TASK OBJECTIVE: Output range, inclusive: from the line containing "#33=ORIENTED_EDGE('',*,*,#32,.F.);" to the line containing "#41=PLANE('',#40);". Restate those lines from the data below word for word and only those.

Stored data entries:
= Beginning of Section =

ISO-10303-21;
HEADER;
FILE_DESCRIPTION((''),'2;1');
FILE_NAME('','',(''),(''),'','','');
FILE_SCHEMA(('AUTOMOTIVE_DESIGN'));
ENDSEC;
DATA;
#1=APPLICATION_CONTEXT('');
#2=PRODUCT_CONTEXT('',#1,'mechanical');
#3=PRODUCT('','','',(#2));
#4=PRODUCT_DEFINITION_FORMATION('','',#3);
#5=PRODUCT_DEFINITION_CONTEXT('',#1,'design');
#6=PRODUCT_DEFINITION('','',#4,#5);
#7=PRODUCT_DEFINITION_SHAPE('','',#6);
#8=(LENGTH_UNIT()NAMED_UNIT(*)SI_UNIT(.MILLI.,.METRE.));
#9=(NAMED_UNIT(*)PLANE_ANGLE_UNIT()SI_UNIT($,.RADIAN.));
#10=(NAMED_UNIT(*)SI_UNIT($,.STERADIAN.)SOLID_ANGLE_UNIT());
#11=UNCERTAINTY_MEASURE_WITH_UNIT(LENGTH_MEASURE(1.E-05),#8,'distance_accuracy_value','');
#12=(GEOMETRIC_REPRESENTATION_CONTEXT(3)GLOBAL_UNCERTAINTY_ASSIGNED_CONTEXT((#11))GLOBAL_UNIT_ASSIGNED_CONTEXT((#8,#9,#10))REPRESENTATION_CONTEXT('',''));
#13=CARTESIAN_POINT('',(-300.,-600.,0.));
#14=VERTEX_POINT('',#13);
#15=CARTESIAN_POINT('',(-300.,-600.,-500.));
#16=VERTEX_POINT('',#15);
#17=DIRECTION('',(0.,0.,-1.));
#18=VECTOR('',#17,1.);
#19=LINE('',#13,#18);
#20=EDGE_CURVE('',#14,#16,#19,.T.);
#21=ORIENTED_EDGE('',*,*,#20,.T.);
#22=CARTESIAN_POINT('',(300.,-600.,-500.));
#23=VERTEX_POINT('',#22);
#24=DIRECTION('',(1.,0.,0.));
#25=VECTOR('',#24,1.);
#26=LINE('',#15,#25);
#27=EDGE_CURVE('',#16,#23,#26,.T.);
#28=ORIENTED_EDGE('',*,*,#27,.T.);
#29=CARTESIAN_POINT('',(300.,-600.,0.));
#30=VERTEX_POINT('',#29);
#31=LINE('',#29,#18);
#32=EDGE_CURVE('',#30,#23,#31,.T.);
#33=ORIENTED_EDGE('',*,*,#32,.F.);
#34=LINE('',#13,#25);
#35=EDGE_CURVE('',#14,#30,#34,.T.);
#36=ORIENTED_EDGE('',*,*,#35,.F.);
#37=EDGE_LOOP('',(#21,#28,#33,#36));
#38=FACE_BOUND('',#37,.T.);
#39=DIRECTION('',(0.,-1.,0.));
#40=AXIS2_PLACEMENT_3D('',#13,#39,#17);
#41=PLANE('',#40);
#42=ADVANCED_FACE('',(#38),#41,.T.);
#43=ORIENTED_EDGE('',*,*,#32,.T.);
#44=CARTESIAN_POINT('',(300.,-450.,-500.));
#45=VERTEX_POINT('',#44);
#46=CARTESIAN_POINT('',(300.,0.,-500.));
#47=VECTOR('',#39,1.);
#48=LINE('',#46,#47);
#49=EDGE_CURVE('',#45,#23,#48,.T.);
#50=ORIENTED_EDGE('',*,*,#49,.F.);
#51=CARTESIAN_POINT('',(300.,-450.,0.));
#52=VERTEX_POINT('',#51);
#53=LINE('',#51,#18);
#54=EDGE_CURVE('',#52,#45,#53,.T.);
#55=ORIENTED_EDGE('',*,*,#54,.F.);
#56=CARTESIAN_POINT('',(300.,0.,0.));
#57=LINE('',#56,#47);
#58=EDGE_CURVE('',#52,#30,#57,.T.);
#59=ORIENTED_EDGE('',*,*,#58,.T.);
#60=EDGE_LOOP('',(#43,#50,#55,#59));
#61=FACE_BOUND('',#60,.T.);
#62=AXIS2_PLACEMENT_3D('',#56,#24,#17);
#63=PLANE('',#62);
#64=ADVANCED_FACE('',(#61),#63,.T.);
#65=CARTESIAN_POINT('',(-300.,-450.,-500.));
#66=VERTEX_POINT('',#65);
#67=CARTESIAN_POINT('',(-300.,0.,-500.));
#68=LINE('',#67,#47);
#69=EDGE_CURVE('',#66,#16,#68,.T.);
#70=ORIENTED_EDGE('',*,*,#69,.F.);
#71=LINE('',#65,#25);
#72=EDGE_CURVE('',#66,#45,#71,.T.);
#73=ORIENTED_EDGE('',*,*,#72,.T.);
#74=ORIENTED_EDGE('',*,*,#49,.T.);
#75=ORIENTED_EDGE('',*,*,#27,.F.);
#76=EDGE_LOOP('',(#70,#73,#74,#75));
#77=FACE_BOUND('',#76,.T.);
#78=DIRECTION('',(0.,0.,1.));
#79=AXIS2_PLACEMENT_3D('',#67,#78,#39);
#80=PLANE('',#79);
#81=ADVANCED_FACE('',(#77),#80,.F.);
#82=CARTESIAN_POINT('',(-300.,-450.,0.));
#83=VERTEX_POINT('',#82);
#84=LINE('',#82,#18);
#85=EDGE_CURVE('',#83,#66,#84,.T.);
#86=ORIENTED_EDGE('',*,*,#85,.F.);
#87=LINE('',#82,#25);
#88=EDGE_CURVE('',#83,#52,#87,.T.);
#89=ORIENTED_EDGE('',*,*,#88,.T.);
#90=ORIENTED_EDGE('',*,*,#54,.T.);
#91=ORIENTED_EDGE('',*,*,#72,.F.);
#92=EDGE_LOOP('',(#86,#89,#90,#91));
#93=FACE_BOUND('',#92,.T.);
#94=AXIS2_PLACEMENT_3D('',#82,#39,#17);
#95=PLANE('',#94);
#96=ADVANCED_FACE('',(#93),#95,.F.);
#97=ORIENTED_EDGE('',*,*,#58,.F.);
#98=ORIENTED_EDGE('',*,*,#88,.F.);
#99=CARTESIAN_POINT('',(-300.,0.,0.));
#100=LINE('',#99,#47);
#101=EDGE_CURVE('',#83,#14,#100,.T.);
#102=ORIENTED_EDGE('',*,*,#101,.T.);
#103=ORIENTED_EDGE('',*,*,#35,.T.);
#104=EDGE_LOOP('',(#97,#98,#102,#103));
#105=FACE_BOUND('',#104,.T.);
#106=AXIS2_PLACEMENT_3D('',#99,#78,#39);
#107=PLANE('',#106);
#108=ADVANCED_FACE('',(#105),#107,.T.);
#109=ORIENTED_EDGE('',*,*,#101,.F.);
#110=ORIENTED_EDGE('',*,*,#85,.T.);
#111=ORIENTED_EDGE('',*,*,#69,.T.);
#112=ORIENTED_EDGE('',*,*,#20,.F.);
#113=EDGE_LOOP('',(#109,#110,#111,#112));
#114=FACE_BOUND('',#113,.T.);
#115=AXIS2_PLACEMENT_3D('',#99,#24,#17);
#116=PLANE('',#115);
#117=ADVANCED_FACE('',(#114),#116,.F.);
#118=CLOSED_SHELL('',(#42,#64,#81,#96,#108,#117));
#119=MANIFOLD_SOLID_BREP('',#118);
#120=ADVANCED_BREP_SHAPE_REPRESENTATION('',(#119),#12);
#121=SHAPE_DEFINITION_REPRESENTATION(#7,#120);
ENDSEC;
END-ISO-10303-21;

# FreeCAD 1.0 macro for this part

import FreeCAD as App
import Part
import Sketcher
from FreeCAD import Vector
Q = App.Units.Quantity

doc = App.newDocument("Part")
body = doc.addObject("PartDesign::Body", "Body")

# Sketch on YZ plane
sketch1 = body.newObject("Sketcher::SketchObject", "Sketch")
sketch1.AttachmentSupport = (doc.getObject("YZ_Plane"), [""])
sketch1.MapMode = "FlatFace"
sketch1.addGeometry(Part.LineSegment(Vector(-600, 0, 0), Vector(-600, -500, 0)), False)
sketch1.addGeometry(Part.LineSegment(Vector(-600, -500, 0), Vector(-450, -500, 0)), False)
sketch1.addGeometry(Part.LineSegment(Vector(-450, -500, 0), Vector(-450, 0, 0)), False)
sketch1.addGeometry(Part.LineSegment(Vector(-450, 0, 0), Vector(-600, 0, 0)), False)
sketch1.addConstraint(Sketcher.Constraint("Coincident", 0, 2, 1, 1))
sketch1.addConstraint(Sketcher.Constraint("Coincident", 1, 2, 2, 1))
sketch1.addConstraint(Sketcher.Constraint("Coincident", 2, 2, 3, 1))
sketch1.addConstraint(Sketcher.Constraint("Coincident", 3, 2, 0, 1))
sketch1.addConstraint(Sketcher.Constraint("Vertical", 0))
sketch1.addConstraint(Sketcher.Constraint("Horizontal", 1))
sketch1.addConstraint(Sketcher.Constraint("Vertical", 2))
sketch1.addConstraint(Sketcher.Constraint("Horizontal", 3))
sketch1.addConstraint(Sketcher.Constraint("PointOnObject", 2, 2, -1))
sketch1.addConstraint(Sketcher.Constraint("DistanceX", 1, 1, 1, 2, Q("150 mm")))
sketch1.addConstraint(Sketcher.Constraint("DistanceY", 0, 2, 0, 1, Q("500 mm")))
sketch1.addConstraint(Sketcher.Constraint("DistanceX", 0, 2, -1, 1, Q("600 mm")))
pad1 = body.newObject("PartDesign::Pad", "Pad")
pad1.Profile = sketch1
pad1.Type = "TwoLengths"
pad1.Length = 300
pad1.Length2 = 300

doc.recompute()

= End of Section =
= Beginning of Section =

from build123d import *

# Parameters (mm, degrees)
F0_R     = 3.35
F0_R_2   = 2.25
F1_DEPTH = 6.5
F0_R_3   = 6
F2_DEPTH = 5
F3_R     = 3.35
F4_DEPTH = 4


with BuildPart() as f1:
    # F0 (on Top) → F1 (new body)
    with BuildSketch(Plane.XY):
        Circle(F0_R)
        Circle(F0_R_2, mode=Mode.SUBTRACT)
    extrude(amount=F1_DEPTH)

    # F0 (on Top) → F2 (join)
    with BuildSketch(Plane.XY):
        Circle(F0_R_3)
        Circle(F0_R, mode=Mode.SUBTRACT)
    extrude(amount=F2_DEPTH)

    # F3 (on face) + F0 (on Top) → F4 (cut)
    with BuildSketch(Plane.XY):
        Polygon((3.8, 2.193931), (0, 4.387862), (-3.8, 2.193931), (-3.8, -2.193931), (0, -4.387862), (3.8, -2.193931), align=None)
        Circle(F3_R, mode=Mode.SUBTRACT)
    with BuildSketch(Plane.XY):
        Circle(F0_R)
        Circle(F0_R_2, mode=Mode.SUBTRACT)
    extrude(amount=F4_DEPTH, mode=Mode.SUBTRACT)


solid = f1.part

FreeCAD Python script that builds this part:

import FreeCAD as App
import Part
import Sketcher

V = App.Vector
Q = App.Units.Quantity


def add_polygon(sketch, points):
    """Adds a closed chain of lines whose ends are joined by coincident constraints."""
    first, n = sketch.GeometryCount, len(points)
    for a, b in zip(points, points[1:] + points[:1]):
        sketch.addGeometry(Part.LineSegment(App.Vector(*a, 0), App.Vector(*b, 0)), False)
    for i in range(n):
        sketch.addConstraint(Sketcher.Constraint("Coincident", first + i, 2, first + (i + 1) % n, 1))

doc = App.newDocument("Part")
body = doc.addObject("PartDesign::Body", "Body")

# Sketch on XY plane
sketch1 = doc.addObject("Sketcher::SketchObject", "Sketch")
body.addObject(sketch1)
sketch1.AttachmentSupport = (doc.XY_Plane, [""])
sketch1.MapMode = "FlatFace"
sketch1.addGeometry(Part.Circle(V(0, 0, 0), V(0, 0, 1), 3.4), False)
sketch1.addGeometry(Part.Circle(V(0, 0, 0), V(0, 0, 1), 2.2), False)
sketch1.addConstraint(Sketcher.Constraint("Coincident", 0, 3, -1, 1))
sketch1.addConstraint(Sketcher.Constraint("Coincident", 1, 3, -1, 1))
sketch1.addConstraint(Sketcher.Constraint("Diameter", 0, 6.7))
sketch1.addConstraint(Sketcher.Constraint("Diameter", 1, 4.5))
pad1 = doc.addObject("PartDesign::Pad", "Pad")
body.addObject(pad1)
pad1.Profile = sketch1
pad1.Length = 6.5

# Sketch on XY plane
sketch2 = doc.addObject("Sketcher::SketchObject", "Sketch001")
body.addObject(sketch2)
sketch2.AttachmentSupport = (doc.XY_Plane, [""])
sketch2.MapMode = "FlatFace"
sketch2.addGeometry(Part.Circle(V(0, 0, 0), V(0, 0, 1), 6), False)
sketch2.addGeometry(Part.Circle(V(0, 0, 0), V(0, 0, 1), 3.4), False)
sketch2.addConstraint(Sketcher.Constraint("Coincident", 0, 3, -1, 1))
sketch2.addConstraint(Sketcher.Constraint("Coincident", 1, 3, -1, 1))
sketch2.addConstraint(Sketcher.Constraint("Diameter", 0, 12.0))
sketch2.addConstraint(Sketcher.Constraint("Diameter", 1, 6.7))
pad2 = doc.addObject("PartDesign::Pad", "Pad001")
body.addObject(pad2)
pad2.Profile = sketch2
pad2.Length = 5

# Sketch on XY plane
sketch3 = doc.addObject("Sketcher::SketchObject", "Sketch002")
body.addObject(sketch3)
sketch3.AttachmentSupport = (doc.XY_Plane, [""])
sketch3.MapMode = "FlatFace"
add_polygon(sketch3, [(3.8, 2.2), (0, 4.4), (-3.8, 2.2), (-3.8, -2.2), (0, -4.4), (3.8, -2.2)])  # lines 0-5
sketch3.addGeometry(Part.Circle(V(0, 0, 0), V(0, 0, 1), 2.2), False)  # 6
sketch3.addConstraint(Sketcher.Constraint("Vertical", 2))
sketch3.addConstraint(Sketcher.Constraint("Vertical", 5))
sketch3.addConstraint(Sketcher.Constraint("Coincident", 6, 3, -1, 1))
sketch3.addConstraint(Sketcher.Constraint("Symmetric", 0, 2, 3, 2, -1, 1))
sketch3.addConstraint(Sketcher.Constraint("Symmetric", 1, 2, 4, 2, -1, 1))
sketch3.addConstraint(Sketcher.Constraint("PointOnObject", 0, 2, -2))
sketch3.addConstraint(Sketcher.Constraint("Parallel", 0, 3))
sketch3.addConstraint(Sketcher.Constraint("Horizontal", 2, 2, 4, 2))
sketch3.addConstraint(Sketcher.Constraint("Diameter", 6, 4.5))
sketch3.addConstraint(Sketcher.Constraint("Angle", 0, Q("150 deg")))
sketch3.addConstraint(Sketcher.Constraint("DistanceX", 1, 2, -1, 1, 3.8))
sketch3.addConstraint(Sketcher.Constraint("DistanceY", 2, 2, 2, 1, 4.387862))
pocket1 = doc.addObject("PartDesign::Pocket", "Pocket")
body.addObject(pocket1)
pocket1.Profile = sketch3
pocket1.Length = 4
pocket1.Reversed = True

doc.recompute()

= End of Section =
= Beginning of Section =

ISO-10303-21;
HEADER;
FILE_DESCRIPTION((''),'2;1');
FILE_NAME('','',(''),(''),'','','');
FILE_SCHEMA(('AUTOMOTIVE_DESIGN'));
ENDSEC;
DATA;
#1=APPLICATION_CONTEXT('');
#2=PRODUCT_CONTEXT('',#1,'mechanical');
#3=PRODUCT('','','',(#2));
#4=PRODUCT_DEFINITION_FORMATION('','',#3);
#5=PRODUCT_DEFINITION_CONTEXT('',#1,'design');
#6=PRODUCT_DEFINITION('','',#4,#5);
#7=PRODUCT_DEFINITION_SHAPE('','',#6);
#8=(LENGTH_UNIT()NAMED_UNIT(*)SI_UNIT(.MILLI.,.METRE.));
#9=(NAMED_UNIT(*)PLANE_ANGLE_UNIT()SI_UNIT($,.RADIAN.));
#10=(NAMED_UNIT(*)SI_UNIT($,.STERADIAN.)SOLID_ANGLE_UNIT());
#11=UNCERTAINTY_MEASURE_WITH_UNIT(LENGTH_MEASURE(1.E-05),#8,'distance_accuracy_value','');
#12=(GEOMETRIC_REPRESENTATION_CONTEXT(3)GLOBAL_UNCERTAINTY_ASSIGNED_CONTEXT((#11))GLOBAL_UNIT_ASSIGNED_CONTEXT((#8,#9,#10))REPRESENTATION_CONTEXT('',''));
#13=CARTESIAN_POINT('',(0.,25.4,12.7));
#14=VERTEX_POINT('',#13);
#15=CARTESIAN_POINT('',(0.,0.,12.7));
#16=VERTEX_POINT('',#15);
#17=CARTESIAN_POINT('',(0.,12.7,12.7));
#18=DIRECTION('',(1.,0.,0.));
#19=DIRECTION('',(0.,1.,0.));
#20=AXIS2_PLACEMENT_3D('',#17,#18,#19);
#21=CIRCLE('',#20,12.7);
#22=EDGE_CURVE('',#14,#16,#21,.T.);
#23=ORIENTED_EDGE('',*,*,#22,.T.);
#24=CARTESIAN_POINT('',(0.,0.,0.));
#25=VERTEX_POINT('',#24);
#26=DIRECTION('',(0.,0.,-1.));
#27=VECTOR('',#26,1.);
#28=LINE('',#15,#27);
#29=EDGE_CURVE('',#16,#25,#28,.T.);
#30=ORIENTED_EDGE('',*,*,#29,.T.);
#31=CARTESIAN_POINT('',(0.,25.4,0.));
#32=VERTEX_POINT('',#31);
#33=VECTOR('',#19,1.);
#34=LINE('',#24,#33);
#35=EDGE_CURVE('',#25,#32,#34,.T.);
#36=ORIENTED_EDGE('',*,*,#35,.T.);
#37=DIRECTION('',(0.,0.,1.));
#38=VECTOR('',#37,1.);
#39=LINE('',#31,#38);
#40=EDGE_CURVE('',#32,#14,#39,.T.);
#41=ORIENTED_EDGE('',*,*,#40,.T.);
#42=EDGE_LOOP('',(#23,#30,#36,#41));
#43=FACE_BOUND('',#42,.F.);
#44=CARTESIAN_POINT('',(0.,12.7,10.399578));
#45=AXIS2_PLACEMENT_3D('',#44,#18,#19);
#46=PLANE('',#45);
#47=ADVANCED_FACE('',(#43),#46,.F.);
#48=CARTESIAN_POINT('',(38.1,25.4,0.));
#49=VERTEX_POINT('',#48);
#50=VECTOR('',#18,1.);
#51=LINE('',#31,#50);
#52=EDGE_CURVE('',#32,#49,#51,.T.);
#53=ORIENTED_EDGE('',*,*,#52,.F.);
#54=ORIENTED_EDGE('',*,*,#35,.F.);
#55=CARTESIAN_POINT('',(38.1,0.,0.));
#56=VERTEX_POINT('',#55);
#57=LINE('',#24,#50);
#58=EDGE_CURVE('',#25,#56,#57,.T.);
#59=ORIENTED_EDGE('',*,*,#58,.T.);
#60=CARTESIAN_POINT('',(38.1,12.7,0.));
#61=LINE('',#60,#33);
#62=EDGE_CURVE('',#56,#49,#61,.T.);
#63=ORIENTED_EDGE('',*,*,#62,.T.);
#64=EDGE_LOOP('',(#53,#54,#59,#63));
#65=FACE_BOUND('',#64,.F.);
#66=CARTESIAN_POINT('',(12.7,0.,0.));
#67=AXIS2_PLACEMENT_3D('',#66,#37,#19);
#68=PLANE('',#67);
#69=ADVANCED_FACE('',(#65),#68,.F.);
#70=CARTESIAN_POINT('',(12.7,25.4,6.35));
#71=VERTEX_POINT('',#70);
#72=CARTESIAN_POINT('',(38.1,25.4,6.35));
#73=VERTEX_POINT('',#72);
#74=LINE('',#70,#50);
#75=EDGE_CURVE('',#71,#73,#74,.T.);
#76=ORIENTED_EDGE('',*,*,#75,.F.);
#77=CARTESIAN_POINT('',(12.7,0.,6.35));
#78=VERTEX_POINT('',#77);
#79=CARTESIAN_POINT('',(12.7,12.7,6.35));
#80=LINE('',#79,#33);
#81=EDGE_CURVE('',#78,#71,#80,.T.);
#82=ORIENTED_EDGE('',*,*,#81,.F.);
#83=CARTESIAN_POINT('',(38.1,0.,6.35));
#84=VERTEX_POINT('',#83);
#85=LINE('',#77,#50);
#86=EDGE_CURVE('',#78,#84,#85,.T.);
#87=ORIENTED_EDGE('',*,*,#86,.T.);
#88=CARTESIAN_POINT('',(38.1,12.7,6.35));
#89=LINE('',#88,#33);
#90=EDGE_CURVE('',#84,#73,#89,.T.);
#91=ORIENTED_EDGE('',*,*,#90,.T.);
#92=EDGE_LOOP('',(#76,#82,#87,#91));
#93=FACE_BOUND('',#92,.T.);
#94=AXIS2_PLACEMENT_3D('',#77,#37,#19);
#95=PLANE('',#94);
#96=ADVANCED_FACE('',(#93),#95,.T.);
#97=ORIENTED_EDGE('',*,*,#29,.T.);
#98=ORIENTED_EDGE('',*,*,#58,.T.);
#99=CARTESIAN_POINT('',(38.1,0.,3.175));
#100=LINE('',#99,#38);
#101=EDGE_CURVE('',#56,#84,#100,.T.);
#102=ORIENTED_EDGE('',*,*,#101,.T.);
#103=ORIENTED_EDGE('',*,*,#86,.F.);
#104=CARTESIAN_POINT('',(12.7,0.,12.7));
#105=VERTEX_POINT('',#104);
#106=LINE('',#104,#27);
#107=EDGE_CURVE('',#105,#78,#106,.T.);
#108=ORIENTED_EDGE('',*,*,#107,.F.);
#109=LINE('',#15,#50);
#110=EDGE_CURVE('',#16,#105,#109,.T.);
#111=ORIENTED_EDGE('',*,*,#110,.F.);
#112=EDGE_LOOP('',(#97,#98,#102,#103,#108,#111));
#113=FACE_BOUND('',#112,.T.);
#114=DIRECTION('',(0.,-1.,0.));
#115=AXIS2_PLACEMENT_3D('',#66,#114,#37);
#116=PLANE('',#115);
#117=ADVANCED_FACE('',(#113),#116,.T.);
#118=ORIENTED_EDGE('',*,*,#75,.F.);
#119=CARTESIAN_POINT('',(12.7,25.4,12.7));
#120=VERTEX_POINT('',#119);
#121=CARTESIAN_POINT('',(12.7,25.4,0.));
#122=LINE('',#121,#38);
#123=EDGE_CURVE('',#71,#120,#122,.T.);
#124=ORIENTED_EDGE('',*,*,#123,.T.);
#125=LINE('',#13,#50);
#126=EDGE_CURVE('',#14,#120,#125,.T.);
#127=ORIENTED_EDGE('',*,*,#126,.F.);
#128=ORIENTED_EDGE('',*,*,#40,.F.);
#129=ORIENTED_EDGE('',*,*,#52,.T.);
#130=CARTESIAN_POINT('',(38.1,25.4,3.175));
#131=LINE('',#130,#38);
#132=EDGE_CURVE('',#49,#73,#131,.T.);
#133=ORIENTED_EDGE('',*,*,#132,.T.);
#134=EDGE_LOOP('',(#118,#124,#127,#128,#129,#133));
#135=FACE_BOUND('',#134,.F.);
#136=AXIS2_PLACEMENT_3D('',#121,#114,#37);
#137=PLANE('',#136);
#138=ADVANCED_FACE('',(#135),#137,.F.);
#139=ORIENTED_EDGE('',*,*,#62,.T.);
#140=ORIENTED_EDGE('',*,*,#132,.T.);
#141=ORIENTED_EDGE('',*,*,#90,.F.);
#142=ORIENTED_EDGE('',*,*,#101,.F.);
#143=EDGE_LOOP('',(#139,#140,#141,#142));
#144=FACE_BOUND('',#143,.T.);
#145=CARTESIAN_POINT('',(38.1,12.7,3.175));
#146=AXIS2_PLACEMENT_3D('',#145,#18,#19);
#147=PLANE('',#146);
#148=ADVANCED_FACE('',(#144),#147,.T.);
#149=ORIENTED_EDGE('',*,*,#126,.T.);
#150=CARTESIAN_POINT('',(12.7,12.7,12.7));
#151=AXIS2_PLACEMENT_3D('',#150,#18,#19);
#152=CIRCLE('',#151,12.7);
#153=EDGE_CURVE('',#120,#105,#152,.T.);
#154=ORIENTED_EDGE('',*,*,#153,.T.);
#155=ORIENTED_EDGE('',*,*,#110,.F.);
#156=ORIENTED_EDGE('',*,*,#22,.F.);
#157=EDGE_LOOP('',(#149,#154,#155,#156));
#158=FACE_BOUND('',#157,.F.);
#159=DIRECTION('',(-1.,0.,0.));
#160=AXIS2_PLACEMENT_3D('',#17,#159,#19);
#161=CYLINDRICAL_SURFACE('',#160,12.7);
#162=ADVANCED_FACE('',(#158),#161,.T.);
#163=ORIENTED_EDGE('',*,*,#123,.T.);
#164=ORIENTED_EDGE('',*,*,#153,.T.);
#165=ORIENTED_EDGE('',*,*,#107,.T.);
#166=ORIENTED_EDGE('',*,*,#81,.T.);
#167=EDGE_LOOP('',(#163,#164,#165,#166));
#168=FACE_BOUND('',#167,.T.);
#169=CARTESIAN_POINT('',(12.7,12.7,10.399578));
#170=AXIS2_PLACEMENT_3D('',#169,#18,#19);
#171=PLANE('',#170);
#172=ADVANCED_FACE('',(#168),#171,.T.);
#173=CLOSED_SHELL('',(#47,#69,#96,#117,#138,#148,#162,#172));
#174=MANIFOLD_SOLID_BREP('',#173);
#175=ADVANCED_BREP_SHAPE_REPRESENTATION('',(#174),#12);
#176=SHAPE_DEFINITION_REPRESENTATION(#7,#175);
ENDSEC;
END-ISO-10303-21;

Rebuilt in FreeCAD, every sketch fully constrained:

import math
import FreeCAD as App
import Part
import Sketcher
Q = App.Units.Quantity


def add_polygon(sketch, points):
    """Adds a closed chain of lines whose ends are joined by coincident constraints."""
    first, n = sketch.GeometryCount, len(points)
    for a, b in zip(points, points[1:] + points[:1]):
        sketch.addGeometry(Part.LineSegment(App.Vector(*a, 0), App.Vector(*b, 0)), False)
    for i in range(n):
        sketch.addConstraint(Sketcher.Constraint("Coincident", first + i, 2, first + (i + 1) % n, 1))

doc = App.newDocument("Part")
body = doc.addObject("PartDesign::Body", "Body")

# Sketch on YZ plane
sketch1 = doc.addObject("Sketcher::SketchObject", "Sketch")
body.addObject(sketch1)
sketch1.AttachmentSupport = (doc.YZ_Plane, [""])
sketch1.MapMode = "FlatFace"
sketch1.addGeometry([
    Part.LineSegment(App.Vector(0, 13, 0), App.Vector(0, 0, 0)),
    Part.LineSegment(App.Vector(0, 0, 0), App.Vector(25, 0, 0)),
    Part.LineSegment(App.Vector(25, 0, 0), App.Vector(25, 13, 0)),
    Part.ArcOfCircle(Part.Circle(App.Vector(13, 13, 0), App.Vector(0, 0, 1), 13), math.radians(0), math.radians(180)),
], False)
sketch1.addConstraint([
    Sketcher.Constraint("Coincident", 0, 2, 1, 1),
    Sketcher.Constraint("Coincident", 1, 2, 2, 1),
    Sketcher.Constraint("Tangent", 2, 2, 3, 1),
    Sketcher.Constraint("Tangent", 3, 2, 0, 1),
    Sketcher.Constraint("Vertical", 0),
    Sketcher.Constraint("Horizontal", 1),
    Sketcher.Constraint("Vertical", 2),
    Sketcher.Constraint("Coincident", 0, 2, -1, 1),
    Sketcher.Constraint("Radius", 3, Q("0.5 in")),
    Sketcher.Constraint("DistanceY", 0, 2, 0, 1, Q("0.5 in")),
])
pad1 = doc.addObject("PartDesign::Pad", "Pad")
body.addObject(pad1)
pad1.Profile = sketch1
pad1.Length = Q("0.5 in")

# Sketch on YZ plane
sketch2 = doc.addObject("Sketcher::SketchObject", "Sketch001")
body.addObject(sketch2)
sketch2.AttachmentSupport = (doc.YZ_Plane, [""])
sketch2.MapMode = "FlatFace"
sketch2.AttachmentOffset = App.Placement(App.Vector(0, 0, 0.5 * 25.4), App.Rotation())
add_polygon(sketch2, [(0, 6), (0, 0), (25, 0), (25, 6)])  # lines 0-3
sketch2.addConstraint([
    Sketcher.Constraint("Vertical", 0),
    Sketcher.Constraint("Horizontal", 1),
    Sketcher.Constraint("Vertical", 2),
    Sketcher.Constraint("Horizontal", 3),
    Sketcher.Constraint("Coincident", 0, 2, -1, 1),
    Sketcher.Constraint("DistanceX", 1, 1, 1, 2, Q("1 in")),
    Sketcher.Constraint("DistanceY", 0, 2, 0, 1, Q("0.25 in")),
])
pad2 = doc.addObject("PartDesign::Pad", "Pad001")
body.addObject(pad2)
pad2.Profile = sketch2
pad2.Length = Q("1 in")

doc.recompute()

= End of Section =

OUTPUT FOR THIS EXERCISE:
#33=ORIENTED_EDGE('',*,*,#32,.F.);
#34=LINE('',#13,#25);
#35=EDGE_CURVE('',#14,#30,#34,.T.);
#36=ORIENTED_EDGE('',*,*,#35,.F.);
#37=EDGE_LOOP('',(#21,#28,#33,#36));
#38=FACE_BOUND('',#37,.T.);
#39=DIRECTION('',(0.,-1.,0.));
#40=AXIS2_PLACEMENT_3D('',#13,#39,#17);
#41=PLANE('',#40);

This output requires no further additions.